## What you are asked to do
From the entries below, please output exactly the lines starting at the one containing "#92=AXIS2_PLACEMENT_3D('',#82,#30,#17);" and ending at the one containing "#100=ORIENTED_EDGE('',*,*,#47,.T.);", both included.

Segment Start: Working data

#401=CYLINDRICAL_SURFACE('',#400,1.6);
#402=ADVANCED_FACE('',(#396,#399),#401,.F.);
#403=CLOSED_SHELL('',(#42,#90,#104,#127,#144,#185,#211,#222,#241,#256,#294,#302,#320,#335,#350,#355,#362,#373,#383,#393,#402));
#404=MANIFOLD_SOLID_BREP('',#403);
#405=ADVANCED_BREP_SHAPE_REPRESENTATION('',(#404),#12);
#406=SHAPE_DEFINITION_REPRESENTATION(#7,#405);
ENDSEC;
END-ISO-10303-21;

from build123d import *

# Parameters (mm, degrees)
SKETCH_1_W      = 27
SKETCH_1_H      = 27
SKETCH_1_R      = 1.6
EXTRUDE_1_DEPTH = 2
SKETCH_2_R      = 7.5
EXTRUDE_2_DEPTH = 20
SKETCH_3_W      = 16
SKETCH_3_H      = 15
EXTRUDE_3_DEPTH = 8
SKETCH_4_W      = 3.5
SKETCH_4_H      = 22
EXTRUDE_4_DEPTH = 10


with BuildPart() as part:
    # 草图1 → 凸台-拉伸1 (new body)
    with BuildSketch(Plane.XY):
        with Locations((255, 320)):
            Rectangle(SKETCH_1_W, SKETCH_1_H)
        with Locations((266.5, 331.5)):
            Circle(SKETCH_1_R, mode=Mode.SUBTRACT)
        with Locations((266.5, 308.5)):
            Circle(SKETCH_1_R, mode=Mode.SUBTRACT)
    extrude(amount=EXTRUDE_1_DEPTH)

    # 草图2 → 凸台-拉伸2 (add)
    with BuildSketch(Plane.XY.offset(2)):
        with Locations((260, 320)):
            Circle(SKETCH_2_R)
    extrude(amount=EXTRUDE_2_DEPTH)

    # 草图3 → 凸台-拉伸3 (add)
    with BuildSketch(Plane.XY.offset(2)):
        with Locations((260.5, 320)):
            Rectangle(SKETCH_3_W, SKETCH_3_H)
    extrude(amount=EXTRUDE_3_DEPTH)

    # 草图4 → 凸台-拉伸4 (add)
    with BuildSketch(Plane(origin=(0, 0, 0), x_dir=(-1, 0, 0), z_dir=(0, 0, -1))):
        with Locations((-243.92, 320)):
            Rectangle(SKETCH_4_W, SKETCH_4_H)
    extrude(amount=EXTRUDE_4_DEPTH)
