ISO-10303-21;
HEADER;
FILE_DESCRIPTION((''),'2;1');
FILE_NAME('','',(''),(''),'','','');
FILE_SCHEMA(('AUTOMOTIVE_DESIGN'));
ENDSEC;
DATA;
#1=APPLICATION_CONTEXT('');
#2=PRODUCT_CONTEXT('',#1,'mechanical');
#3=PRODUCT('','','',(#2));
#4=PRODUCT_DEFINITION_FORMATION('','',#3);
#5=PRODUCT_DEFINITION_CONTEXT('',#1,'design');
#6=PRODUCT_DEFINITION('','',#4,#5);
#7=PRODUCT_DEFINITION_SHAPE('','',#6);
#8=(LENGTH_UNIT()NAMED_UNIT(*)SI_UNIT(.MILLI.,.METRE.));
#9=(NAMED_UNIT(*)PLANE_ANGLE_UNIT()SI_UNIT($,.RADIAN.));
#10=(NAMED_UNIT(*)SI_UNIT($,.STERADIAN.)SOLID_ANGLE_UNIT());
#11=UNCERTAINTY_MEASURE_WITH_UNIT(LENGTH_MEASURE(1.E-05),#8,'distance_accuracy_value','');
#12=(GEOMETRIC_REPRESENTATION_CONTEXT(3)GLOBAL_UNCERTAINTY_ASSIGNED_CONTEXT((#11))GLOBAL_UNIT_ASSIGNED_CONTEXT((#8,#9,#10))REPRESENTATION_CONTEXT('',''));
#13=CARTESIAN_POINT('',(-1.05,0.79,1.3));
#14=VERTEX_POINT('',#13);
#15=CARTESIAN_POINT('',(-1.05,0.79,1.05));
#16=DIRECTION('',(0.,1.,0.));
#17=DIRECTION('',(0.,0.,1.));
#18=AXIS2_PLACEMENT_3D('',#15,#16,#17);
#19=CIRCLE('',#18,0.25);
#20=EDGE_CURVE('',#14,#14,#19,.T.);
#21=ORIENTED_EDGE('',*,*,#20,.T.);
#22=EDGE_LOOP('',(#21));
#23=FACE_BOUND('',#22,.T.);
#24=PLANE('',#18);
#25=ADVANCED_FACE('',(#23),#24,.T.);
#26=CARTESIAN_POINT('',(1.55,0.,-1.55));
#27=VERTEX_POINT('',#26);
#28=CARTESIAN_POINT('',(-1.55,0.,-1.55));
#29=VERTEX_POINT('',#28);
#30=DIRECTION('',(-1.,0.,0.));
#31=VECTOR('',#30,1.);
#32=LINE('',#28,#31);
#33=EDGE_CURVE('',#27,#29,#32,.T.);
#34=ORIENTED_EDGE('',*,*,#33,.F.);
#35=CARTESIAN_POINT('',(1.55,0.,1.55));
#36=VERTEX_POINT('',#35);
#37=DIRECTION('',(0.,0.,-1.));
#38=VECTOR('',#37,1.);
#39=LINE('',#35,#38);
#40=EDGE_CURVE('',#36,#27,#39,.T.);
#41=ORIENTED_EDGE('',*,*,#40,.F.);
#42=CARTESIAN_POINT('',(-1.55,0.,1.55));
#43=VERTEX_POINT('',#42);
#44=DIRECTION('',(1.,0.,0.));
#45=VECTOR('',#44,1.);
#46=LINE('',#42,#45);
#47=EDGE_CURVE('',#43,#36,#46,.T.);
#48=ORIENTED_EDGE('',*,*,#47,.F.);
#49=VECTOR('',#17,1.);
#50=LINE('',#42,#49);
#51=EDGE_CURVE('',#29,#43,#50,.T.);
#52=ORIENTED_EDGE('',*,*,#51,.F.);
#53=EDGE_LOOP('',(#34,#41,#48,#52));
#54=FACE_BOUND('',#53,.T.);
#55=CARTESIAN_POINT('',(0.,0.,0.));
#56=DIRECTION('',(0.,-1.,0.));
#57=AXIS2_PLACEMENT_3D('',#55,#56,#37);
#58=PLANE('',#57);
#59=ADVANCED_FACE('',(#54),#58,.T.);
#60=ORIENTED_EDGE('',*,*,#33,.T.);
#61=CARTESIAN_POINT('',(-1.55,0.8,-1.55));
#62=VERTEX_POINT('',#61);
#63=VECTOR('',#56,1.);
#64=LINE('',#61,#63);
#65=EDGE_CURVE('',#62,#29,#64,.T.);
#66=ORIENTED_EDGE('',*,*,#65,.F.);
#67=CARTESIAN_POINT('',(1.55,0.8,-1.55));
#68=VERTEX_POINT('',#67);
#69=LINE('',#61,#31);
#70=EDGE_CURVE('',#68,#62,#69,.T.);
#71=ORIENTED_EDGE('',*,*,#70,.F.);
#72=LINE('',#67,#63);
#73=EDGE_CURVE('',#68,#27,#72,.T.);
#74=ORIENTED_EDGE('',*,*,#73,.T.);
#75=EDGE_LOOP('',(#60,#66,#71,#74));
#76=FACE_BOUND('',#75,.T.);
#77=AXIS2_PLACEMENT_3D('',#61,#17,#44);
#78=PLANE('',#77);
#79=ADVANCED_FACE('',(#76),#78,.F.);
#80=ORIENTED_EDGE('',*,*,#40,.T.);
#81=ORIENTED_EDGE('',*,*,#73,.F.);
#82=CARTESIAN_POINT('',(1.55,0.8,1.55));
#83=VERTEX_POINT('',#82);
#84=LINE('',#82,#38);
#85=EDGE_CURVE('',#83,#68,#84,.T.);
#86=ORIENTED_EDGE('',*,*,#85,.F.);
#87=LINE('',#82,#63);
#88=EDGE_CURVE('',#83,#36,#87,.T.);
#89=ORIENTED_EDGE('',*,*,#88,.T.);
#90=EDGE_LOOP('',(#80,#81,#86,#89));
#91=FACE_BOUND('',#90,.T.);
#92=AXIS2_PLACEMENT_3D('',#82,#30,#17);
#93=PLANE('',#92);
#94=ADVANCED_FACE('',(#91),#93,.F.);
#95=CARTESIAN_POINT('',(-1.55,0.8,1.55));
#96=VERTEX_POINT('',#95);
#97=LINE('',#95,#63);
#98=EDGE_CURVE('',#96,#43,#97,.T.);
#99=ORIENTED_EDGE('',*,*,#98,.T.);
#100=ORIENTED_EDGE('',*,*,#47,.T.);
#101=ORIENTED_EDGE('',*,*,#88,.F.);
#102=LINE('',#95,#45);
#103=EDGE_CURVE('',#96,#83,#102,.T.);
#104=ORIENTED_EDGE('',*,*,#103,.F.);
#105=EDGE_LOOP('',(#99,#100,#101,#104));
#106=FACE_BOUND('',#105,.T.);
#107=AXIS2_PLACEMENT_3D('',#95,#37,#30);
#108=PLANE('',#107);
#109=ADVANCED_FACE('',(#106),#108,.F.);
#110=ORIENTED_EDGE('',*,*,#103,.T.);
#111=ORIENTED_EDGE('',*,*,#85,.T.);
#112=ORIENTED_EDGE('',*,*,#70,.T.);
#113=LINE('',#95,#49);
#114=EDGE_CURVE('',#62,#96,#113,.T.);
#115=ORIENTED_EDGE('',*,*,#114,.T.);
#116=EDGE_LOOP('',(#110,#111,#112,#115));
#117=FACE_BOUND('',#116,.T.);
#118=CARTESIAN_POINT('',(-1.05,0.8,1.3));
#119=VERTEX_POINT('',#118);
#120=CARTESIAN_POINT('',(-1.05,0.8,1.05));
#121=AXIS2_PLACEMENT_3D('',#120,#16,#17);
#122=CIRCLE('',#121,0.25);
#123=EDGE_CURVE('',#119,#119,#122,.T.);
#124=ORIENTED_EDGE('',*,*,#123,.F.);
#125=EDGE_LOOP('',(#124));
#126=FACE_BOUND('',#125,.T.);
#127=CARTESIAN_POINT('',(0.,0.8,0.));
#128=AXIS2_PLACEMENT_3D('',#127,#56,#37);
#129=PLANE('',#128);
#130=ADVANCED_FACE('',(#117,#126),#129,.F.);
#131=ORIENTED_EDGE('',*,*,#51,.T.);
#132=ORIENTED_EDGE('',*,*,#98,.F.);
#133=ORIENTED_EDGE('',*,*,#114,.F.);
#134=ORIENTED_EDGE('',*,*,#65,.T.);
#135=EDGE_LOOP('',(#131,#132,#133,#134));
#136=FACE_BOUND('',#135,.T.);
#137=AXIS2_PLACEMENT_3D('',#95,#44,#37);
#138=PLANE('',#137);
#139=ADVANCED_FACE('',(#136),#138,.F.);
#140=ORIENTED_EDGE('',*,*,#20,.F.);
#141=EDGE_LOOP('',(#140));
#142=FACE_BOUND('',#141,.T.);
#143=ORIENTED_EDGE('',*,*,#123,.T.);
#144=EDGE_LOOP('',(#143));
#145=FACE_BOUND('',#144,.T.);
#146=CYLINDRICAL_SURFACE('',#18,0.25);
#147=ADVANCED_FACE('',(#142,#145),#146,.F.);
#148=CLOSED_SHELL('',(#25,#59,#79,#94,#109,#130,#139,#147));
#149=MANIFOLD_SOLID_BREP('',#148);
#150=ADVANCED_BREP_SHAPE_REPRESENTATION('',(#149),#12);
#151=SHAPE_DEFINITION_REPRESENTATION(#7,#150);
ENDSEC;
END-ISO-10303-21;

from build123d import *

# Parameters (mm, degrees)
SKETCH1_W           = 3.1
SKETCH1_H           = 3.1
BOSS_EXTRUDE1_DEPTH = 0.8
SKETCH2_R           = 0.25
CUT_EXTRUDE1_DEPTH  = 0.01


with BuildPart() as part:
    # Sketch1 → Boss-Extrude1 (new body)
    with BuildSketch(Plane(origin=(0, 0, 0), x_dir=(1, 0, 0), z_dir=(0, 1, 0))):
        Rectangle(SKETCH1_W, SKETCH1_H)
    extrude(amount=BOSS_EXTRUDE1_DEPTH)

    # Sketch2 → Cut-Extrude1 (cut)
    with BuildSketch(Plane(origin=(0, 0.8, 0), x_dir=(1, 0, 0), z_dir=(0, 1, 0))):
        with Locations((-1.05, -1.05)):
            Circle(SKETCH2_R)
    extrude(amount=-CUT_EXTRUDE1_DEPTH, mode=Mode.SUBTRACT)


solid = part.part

Segment End: Working data

## Result of this task
#92=AXIS2_PLACEMENT_3D('',#82,#30,#17);
#93=PLANE('',#92);
#94=ADVANCED_FACE('',(#91),#93,.F.);
#95=CARTESIAN_POINT('',(-1.55,0.8,1.55));
#96=VERTEX_POINT('',#95);
#97=LINE('',#95,#63);
#98=EDGE_CURVE('',#96,#43,#97,.T.);
#99=ORIENTED_EDGE('',*,*,#98,.T.);
#100=ORIENTED_EDGE('',*,*,#47,.T.);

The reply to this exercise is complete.